EXERCISE BRIEF
Use the entries below and reproduce exactly the lines from the one containing "f 383 386 387" down to the one containing "f 389 313 312", both of them included.

*** Block opens ***

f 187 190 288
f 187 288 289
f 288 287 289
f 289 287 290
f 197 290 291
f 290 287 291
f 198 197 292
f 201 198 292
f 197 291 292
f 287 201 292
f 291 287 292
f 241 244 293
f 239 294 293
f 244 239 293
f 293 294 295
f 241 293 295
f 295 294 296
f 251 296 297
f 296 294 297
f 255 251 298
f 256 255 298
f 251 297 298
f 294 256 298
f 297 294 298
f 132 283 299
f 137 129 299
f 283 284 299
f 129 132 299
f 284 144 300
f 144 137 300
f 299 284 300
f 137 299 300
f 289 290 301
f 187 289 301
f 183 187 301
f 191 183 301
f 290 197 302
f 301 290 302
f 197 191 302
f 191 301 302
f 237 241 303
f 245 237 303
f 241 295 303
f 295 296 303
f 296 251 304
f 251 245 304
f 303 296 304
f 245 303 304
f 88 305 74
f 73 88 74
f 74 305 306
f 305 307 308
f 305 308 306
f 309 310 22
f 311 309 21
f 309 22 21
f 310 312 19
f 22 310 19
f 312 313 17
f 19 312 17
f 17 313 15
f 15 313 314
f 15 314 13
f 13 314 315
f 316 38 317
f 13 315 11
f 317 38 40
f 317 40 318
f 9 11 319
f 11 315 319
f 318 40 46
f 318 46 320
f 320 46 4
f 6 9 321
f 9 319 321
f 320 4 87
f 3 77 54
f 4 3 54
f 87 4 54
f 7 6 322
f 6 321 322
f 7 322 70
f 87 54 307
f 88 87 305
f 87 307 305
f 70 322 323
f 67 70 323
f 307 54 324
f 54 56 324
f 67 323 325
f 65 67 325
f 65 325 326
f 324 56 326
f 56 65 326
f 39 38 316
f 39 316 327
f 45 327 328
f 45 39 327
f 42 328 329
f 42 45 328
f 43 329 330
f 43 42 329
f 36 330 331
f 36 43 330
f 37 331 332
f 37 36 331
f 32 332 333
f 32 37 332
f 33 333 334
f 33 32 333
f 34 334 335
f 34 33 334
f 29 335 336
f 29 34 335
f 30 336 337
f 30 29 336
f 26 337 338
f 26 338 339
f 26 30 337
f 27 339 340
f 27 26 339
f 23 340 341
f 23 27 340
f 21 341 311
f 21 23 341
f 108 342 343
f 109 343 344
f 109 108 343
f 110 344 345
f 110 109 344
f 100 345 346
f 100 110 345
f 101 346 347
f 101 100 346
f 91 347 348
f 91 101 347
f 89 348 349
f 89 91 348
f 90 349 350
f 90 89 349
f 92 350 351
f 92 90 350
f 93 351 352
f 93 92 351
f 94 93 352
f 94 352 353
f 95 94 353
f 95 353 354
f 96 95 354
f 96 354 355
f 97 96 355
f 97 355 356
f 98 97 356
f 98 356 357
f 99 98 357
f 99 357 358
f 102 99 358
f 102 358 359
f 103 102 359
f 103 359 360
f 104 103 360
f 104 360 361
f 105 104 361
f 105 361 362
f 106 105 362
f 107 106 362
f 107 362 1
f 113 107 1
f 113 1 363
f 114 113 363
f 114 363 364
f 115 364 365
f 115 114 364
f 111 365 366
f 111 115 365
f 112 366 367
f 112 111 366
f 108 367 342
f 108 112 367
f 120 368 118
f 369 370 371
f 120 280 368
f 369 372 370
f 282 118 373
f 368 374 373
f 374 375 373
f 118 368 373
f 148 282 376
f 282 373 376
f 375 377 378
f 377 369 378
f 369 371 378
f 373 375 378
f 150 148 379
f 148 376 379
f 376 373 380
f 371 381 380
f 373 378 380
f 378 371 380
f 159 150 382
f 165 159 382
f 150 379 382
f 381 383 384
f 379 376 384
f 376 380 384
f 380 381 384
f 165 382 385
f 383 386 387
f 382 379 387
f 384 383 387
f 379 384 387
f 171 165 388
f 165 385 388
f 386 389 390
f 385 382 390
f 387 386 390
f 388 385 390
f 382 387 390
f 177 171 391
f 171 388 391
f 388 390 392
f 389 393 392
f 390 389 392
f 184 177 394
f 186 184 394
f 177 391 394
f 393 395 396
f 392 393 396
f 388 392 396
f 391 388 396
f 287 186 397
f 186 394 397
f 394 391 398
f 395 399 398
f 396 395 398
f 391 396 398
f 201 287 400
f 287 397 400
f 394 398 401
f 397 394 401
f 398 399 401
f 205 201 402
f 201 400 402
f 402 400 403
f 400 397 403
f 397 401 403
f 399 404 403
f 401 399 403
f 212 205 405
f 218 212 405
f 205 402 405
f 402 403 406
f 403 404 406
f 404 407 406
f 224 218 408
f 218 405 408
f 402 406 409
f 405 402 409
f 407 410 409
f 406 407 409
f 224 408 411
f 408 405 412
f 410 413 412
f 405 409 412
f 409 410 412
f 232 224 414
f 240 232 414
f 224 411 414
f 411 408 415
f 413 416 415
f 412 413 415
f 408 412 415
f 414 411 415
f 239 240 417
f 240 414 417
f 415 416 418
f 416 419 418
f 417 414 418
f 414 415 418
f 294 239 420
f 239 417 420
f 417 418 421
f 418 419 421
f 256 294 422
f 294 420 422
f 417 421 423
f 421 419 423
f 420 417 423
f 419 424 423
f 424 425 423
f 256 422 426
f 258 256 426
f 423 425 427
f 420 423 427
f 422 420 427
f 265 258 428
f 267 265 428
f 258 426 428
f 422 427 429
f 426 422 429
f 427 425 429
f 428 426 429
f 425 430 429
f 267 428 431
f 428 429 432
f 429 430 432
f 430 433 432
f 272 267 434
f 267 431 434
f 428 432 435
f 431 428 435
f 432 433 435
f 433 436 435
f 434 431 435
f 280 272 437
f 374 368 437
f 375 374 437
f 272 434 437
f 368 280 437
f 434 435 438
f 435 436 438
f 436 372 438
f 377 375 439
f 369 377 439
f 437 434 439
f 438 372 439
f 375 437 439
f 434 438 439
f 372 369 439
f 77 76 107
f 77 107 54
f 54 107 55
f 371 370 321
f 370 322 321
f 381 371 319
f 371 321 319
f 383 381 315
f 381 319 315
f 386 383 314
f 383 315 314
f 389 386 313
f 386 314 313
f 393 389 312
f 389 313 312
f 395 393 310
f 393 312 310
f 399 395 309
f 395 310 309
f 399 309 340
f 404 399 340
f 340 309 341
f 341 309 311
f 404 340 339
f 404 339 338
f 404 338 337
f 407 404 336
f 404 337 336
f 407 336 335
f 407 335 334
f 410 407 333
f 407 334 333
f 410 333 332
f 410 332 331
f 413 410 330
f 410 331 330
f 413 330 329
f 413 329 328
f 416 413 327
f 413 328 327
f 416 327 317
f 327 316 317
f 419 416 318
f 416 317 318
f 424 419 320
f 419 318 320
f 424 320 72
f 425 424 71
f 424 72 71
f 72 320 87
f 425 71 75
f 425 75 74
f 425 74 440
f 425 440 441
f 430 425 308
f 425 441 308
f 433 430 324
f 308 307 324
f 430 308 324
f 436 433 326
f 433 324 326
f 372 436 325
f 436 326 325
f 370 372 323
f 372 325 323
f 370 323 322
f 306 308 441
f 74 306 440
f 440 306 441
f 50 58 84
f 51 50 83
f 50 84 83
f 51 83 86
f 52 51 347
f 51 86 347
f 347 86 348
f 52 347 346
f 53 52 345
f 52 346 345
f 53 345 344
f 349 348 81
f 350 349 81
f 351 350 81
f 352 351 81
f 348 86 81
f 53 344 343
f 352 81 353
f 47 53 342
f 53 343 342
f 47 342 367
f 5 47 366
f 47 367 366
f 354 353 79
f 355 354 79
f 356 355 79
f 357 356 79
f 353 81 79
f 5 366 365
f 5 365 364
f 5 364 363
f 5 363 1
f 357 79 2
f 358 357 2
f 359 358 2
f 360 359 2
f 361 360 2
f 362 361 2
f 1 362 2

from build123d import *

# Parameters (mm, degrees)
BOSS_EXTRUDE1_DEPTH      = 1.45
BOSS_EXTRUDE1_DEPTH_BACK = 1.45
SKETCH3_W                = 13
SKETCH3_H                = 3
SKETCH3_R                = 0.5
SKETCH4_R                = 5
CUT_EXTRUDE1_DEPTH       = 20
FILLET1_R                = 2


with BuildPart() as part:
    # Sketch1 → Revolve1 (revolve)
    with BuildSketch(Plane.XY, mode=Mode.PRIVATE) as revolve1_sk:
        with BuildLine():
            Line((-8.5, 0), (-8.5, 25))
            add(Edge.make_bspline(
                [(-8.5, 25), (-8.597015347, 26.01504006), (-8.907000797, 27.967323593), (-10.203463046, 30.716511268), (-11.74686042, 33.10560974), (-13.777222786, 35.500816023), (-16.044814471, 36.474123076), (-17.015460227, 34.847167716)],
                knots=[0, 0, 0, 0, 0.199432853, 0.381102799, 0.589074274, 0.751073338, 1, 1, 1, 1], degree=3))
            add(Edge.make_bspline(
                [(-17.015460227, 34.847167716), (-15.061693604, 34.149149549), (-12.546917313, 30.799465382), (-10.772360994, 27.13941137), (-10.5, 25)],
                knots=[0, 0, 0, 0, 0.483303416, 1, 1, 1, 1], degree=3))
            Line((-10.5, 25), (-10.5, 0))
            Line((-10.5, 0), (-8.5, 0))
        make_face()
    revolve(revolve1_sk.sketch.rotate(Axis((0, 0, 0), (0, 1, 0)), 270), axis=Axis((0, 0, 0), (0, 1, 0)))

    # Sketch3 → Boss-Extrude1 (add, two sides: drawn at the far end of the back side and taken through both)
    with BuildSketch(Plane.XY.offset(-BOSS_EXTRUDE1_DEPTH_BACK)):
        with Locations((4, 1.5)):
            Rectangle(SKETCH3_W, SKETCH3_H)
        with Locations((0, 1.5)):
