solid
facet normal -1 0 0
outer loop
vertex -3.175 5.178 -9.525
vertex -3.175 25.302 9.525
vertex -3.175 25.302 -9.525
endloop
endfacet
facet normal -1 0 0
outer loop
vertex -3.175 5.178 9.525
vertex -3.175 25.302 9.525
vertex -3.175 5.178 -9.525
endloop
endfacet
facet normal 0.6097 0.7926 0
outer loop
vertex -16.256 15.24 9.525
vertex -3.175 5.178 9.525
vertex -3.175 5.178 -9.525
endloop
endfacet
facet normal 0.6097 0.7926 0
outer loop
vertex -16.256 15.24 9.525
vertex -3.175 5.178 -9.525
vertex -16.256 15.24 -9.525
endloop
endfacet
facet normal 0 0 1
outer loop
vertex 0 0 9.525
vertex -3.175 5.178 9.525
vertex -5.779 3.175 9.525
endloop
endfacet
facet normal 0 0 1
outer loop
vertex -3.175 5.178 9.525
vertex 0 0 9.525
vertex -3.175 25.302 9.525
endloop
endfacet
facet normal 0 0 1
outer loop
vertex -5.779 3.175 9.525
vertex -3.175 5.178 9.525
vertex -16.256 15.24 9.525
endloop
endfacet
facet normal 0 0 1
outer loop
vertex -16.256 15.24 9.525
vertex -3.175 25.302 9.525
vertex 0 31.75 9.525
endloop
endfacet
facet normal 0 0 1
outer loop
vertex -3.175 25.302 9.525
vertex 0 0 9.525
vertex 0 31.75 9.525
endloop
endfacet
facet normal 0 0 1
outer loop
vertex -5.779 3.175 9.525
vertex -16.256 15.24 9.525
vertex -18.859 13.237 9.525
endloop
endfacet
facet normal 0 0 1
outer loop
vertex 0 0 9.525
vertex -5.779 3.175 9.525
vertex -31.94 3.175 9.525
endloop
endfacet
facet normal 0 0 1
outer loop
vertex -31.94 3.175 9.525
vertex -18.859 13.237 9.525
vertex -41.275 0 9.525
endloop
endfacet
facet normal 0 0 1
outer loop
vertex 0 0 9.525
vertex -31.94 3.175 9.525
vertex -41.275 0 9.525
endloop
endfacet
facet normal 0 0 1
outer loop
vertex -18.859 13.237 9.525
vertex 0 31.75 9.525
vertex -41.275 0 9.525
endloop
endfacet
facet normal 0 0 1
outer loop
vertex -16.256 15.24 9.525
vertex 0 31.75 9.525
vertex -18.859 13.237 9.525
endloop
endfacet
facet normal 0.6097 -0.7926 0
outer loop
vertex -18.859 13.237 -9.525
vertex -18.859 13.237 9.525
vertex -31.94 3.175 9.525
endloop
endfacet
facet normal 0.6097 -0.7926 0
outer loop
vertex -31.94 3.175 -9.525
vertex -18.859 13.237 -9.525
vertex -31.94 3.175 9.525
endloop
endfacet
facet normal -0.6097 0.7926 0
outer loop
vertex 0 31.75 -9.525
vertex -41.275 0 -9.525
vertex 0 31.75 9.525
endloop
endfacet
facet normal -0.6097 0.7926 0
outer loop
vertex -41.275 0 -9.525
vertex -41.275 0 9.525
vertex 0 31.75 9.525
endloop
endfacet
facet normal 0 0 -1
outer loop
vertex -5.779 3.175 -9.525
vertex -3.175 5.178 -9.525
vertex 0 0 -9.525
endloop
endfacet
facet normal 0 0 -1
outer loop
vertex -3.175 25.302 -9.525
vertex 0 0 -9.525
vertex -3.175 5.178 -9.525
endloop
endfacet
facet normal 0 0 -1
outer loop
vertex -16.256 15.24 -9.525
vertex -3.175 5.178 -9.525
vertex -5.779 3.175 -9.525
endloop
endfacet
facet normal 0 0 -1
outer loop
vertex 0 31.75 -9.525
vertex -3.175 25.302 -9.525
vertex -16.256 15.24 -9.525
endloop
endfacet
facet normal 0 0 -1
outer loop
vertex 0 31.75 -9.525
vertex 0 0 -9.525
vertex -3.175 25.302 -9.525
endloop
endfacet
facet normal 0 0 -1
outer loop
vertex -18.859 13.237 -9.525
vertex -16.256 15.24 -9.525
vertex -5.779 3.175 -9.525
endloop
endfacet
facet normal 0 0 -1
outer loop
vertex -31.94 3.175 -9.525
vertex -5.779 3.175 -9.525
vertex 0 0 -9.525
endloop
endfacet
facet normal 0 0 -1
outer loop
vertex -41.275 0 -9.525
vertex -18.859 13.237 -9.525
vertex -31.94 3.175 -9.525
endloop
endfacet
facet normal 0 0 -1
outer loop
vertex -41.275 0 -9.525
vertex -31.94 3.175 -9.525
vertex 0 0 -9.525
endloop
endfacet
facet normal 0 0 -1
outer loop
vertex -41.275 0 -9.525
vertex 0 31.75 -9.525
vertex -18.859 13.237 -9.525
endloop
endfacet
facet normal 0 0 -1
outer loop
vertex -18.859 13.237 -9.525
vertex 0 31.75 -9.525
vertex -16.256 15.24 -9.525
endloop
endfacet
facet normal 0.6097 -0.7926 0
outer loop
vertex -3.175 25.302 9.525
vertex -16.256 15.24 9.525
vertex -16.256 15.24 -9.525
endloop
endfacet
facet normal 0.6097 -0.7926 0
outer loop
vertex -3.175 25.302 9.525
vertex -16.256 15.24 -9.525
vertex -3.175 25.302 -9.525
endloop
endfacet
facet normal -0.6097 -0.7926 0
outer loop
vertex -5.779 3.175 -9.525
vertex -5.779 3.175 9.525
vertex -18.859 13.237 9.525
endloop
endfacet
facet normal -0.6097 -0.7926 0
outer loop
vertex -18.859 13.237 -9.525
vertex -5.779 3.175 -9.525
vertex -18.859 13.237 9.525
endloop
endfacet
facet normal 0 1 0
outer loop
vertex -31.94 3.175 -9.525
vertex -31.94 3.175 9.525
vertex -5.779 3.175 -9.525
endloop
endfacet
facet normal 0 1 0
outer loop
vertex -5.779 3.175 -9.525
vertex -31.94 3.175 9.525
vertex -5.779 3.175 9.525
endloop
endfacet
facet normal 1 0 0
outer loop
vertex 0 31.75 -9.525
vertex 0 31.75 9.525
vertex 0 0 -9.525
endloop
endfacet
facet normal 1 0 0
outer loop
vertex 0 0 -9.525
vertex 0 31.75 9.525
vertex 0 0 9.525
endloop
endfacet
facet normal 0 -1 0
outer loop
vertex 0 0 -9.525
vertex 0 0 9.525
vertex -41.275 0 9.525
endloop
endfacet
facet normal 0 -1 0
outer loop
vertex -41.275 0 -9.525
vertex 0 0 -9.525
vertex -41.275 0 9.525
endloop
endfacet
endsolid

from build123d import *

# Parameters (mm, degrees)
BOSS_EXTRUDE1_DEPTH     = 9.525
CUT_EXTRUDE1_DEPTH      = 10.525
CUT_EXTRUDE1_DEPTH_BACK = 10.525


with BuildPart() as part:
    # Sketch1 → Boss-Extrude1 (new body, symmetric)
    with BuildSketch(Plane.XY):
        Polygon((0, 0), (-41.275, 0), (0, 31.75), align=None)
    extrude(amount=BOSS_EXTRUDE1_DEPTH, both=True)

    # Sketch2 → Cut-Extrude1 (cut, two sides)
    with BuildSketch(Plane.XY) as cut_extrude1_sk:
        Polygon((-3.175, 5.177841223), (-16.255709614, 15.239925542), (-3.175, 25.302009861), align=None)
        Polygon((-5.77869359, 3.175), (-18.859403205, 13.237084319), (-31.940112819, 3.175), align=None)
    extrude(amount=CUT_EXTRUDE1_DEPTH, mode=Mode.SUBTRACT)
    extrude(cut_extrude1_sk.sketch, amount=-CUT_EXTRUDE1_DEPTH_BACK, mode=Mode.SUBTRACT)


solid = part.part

*** Block closes ***

TASK RESULT
f 383 386 387
f 382 379 387
f 384 383 387
f 379 384 387
f 171 165 388
f 165 385 388
f 386 389 390
f 385 382 390
f 387 386 390
f 388 385 390
f 382 387 390
f 177 171 391
f 171 388 391
f 388 390 392
f 389 393 392
f 390 389 392
f 184 177 394
f 186 184 394
f 177 391 394
f 393 395 396
f 392 393 396
f 388 392 396
f 391 388 396
f 287 186 397
f 186 394 397
f 394 391 398
f 395 399 398
f 396 395 398
f 391 396 398
f 201 287 400
f 287 397 400
f 394 398 401
f 397 394 401
f 398 399 401
f 205 201 402
f 201 400 402
f 402 400 403
f 400 397 403
f 397 401 403
f 399 404 403
f 401 399 403
f 212 205 405
f 218 212 405
f 205 402 405
f 402 403 406
f 403 404 406
f 404 407 406
f 224 218 408
f 218 405 408
f 402 406 409
f 405 402 409
f 407 410 409
f 406 407 409
f 224 408 411
f 408 405 412
f 410 413 412
f 405 409 412
f 409 410 412
f 232 224 414
f 240 232 414
f 224 411 414
f 411 408 415
f 413 416 415
f 412 413 415
f 408 412 415
f 414 411 415
f 239 240 417
f 240 414 417
f 415 416 418
f 416 419 418
f 417 414 418
f 414 415 418
f 294 239 420
f 239 417 420
f 417 418 421
f 418 419 421
f 256 294 422
f 294 420 422
f 417 421 423
f 421 419 423
f 420 417 423
f 419 424 423
f 424 425 423
f 256 422 426
f 258 256 426
f 423 425 427
f 420 423 427
f 422 420 427
f 265 258 428
f 267 265 428
f 258 426 428
f 422 427 429
f 426 422 429
f 427 425 429
f 428 426 429
f 425 430 429
f 267 428 431
f 428 429 432
f 429 430 432
f 430 433 432
f 272 267 434
f 267 431 434
f 428 432 435
f 431 428 435
f 432 433 435
f 433 436 435
f 434 431 435
f 280 272 437
f 374 368 437
f 375 374 437
f 272 434 437
f 368 280 437
f 434 435 438
f 435 436 438
f 436 372 438
f 377 375 439
f 369 377 439
f 437 434 439
f 438 372 439
f 375 437 439
f 434 438 439
f 372 369 439
f 77 76 107
f 77 107 54
f 54 107 55
f 371 370 321
f 370 322 321
f 381 371 319
f 371 321 319
f 383 381 315
f 381 319 315
f 386 383 314
f 383 315 314
f 389 386 313
f 386 314 313
f 393 389 312
f 389 313 312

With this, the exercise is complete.